= Women's police station =

Police station specializing in handling crimes with female victims

Women's police stations (WPS; also units or offices) (Comisaría de la Mujer, Delegacia da mulher) are police stations specializing in handling crimes with female victims. The "women's police station" concept was first introduced in the Kozhikode District of Kerala, India on 27 October 1973. In 1985, a similar concept was introduced in São Paulo, Brazil; this station processed over 2,000 reports in its first six months of operations. Similar stations have also been established by police in Africa.

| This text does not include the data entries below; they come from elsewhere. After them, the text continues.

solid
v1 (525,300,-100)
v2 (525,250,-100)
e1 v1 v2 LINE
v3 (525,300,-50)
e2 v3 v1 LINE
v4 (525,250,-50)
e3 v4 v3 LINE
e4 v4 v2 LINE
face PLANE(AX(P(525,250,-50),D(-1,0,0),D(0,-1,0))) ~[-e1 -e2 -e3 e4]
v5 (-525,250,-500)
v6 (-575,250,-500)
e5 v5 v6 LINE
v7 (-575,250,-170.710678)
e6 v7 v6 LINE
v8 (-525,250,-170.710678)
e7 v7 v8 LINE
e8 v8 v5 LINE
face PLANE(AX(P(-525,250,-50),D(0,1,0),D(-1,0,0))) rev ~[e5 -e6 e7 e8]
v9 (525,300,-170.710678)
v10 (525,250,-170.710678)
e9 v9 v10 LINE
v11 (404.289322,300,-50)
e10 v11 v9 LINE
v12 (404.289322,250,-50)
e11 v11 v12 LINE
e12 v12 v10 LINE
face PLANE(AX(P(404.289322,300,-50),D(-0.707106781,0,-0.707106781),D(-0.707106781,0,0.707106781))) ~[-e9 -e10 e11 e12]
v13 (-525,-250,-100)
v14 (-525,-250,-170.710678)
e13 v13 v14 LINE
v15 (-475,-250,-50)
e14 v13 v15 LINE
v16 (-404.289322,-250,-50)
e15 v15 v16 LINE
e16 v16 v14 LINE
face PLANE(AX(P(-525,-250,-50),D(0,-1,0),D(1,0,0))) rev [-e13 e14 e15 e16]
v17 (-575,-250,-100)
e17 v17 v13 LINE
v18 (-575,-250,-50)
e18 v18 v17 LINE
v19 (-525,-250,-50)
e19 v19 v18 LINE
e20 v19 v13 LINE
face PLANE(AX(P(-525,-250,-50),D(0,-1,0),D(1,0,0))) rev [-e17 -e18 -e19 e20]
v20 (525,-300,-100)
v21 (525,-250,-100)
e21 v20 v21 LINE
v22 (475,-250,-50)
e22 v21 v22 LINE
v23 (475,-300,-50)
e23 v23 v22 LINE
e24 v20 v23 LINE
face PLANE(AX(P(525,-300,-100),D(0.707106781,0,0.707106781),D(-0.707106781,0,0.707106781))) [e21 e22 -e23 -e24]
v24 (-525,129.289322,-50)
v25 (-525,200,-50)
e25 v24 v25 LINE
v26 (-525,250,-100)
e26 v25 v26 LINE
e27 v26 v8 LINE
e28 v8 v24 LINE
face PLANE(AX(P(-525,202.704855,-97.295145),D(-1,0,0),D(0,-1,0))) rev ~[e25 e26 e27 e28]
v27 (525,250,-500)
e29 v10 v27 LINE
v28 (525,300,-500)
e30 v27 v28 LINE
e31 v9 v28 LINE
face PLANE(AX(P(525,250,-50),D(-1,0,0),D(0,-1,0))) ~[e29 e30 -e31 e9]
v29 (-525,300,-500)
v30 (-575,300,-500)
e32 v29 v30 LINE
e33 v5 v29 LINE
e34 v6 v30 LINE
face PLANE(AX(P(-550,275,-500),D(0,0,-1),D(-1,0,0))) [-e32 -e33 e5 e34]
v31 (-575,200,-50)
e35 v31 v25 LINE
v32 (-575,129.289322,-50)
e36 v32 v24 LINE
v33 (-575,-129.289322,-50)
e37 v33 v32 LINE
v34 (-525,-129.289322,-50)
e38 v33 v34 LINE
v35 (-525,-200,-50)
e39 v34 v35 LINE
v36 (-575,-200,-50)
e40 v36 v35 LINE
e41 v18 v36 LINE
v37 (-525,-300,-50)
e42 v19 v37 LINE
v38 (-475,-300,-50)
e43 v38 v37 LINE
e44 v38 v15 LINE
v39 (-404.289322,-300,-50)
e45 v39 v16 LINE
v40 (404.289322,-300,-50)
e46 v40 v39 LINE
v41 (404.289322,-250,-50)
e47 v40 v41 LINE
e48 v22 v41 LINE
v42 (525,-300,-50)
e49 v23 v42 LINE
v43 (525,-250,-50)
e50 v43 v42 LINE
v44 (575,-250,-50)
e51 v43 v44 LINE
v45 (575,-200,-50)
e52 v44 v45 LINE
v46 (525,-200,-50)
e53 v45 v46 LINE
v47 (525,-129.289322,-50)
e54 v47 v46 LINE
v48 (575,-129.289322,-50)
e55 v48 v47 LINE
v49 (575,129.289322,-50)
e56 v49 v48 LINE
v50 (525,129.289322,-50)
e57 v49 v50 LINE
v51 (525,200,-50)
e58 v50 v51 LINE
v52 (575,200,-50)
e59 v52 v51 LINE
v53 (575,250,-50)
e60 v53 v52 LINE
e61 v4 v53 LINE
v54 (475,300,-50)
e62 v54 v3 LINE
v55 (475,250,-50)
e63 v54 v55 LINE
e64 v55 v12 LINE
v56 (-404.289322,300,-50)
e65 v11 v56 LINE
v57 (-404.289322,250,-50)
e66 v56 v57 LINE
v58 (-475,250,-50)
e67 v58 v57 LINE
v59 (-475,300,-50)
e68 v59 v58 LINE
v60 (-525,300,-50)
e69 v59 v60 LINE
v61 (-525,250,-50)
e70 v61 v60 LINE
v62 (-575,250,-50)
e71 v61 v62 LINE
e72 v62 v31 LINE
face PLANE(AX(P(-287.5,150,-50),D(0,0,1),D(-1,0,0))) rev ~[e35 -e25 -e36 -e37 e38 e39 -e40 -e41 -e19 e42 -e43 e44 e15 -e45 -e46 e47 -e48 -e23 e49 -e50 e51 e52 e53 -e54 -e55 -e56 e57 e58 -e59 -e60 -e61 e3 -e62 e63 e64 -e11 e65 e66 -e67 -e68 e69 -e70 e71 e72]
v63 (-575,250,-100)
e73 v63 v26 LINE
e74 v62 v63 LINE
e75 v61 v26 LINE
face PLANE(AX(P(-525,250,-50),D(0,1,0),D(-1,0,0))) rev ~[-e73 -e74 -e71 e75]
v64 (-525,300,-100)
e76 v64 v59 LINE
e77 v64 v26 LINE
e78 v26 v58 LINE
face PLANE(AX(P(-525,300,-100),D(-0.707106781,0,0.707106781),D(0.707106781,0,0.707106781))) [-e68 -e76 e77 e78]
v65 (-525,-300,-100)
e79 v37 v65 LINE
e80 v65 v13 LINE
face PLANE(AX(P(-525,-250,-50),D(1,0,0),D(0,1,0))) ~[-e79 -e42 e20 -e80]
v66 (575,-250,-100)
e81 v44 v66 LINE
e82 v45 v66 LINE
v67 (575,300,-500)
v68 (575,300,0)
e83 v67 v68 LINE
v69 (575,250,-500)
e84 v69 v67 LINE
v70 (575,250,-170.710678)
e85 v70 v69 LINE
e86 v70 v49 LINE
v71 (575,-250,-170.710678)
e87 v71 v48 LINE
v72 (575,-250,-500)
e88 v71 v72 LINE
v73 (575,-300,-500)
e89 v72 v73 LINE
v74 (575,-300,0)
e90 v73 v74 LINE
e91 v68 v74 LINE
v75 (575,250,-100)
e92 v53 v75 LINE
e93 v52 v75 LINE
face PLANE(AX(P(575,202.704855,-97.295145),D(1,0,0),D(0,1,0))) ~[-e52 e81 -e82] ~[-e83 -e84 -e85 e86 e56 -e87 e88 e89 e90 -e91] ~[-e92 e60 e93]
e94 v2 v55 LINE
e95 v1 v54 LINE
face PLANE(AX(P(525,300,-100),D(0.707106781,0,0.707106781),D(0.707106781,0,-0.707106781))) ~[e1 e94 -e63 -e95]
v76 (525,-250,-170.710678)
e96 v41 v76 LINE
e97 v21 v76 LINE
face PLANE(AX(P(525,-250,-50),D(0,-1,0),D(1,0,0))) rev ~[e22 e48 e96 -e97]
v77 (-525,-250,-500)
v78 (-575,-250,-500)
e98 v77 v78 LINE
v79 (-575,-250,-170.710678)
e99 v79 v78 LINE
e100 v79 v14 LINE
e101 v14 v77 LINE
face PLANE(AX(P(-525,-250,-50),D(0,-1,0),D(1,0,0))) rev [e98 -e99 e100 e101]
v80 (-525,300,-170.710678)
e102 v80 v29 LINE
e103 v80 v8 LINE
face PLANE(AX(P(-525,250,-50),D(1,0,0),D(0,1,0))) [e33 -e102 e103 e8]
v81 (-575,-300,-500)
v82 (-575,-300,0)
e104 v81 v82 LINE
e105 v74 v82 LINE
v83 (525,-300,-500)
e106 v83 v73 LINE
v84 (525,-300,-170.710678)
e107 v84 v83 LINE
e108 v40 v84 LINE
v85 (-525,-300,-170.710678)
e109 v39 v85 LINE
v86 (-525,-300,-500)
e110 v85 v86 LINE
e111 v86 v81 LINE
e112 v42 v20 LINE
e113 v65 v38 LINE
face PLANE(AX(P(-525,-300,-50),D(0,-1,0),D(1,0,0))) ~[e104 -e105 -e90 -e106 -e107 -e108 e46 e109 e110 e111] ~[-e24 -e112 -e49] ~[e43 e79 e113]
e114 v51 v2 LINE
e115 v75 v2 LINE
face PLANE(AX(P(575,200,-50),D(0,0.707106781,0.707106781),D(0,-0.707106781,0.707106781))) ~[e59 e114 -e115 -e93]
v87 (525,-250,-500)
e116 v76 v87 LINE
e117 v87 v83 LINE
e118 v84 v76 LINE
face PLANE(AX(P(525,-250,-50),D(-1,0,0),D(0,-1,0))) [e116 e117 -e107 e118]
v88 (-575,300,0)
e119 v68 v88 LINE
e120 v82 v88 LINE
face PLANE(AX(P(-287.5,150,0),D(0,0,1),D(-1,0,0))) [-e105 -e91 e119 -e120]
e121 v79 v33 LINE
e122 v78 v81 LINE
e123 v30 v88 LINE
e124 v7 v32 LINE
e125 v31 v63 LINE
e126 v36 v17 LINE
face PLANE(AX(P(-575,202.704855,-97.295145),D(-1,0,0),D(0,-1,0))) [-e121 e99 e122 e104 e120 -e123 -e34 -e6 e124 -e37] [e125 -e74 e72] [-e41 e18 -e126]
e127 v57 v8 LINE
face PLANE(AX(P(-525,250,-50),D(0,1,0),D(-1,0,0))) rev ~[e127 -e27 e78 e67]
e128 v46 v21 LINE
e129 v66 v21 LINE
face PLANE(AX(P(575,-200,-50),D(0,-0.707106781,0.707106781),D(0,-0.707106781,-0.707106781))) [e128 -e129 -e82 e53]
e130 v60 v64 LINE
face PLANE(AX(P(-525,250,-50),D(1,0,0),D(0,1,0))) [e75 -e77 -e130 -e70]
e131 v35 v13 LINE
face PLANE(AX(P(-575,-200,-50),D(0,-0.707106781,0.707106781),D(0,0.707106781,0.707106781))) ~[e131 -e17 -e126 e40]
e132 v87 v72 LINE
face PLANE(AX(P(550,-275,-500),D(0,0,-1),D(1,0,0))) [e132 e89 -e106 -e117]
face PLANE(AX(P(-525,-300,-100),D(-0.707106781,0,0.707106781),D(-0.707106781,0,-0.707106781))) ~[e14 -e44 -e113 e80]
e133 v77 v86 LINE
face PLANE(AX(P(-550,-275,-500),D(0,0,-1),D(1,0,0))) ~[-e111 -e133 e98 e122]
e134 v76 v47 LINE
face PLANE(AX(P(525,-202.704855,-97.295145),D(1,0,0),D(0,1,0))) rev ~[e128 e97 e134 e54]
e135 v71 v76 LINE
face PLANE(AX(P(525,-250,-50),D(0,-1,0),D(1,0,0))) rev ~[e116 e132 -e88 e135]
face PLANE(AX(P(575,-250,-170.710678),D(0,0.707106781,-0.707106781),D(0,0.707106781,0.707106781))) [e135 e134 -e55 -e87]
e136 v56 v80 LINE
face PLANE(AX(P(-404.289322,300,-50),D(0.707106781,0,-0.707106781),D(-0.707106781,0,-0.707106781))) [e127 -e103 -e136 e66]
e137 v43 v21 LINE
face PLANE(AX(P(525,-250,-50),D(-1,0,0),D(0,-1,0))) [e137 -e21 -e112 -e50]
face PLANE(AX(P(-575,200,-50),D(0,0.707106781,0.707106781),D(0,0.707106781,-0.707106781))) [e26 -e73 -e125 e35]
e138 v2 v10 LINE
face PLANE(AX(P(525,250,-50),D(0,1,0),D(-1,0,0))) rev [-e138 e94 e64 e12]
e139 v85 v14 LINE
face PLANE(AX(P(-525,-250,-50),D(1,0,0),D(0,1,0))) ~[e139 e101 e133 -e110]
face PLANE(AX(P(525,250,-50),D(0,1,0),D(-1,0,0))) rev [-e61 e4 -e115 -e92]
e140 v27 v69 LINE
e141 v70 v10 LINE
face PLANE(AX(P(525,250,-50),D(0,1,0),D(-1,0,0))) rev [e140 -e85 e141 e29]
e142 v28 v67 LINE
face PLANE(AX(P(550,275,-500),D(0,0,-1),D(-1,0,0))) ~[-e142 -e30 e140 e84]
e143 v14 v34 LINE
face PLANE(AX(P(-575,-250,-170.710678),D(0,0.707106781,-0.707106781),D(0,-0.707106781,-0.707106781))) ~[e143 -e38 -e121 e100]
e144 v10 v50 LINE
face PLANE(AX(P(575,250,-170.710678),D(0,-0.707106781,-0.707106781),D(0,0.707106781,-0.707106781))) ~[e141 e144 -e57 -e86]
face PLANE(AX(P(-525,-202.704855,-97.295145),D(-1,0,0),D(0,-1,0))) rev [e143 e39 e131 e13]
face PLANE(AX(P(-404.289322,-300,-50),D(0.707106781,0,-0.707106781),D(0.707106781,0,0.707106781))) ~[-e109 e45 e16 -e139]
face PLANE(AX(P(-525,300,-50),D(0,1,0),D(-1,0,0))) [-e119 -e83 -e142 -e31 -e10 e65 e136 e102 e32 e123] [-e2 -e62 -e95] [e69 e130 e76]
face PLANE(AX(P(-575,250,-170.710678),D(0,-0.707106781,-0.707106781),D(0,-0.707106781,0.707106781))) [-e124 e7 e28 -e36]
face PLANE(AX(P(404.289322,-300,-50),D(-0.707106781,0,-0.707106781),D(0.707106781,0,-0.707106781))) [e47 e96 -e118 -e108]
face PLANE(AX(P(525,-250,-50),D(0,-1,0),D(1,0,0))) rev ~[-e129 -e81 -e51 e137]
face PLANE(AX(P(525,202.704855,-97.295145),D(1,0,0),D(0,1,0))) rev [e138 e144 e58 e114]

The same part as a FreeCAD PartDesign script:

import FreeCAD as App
import Part
import Sketcher
from FreeCAD import Vector

doc = App.newDocument("Part")
body = doc.addObject("PartDesign::Body", "Body")

# Sketch on XY plane
sketch1 = body.newObject("Sketcher::SketchObject", "Sketch")
sketch1.AttachmentSupport = (doc.getObject("XY_Plane"), [""])
sketch1.MapMode = "FlatFace"
sketch1.addGeometry([
    Part.LineSegment(Vector(0, 0, 0), Vector(0, -300, 0)),
    Part.LineSegment(Vector(0, -300, 0), Vector(575, -300, 0)),
    Part.LineSegment(Vector(575, -300, 0), Vector(575, 0, 0)),
    Part.LineSegment(Vector(575, 0, 0), Vector(0, 0, 0)),
], False)
sketch1.addConstraint([
    Sketcher.Constraint("Coincident", 0, 2, 1, 1),
    Sketcher.Constraint("Coincident", 1, 2, 2, 1),
    Sketcher.Constraint("Coincident", 2, 2, 3, 1),
    Sketcher.Constraint("Coincident", 3, 2, 0, 1),
    Sketcher.Constraint("Vertical", 0),
    Sketcher.Constraint("Horizontal", 1),
    Sketcher.Constraint("Vertical", 2),
    Sketcher.Constraint("Horizontal", 3),
    Sketcher.Constraint("Coincident", 3, 2, -1, 1),
    Sketcher.Constraint("DistanceX", 1, 1, 1, 2, 575.0),
    Sketcher.Constraint("DistanceY", 0, 2, 0, 1, 300.0),
])
pad1 = body.newObject("PartDesign::Pad", "Pad")
pad1.Profile = sketch1
pad1.Length = 50
pad1.Reversed = True

# Sketch on XY plane
sketch2 = body.newObject("Sketcher::SketchObject", "Sketch001")
sketch2.AttachmentSupport = (doc.getObject("XY_Plane"), [""])
sketch2.MapMode = "FlatFace"
sketch2.AttachmentOffset = App.Placement(Vector(0, 0, -50), App.Rotation())
sketch2.addGeometry([
    Part.LineSegment(Vector(525, -300, 0), Vector(525, -250, 0)),
    Part.LineSegment(Vector(525, -250, 0), Vector(575, -250, 0)),
    Part.LineSegment(Vector(575, -250, 0), Vector(575, -300, 0)),
    Part.LineSegment(Vector(575, -300, 0), Vector(525, -300, 0)),
], False)
sketch2.addConstraint([
    Sketcher.Constraint("Coincident", 0, 2, 1, 1),
    Sketcher.Constraint("Coincident", 1, 2, 2, 1),
    Sketcher.Constraint("Coincident", 2, 2, 3, 1),
    Sketcher.Constraint("Coincident", 3, 2, 0, 1),
    Sketcher.Constraint("Vertical", 0),
    Sketcher.Constraint("Horizontal", 1),
    Sketcher.Constraint("Vertical", 2),
    Sketcher.Constraint("Horizontal", 3),
    Sketcher.Constraint("Equal", 3, 0),
    Sketcher.Constraint("DistanceX", 1, 1, 1, 2, 50.0),
    Sketcher.Constraint("DistanceX", -1, 1, 0, 2, 525.0),
    Sketcher.Constraint("DistanceY", 0, 2, -1, 1, 250.0),
])
pad2 = body.newObject("PartDesign::Pad", "Pad001")
pad2.Profile = sketch2
pad2.Length = 450
pad2.Reversed = True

Officers at these stations are only allowed to respond to certain crimes, such as psychological violence, domestic violence, family violence, as well as specific types of threats and sexual violence. Some units offer financial help, counseling, and medical care for women who are having trouble.

== Aim ==
Women's police stations are located in mostly Latin American countries where rates of rape and violence against women are high. In 2022, over 4,050 women were recorded victims of femicide across 26 countries and territories in Latin America and the Caribbean. That year, Brazil recorded 699 femicides; however, researchers found that in areas with women's police stations, the homicide rate for women aged 15 to 24 decreased by 50%, and by 17% for women overall. However, some women in Latin America do not even know about their rights to accessing these stations; in Brazil, a majority of surveyed women had received training or information about their rights at least once from various sources, with 54% reporting access to such resources. This compares to 42% in Nicaragua, 34% in Peru, and 23% in Ecuador.

== Results ==
Women's police stations have greatly expanded since 1985. As of 2010, Brazil had the most WPS, with 475, followed by 34 in Ecuador, 59 in Nicaragua, and 27 in Peru. Women's police stations have played a critical role in broadening victims' citizenship rights by providing a platform to report violence, which was once overlooked and viewed as a private matter. In São Paulo, these stations registered 310,058 cases of violence against women in 2000 alone. Language barriers and the inability to get to a station is still a problem. Women's police stations are located in more populated areas making it hard for women in rural areas to get to them, and women who do not speak the same language as the policewomen can not communicate effectively.

Over 80% of Brazilians consider WPS the most effective government policy to address domestic violence while more than 50% of citizens in cities with WPS can identify their locations. However, the effectiveness of WPS is heavily contingent on perceptions of police legitimacy to encourage reporting. Empirical evidence suggests that WPS in Brazil can produce positive effects on perceptions of trust in police for both men and women, contributing to better evaluations of police effectiveness. There is also evidence on the positive effect of WPS in men's attitudes condemning violence against women in municipalities in Brazil with the specialized services.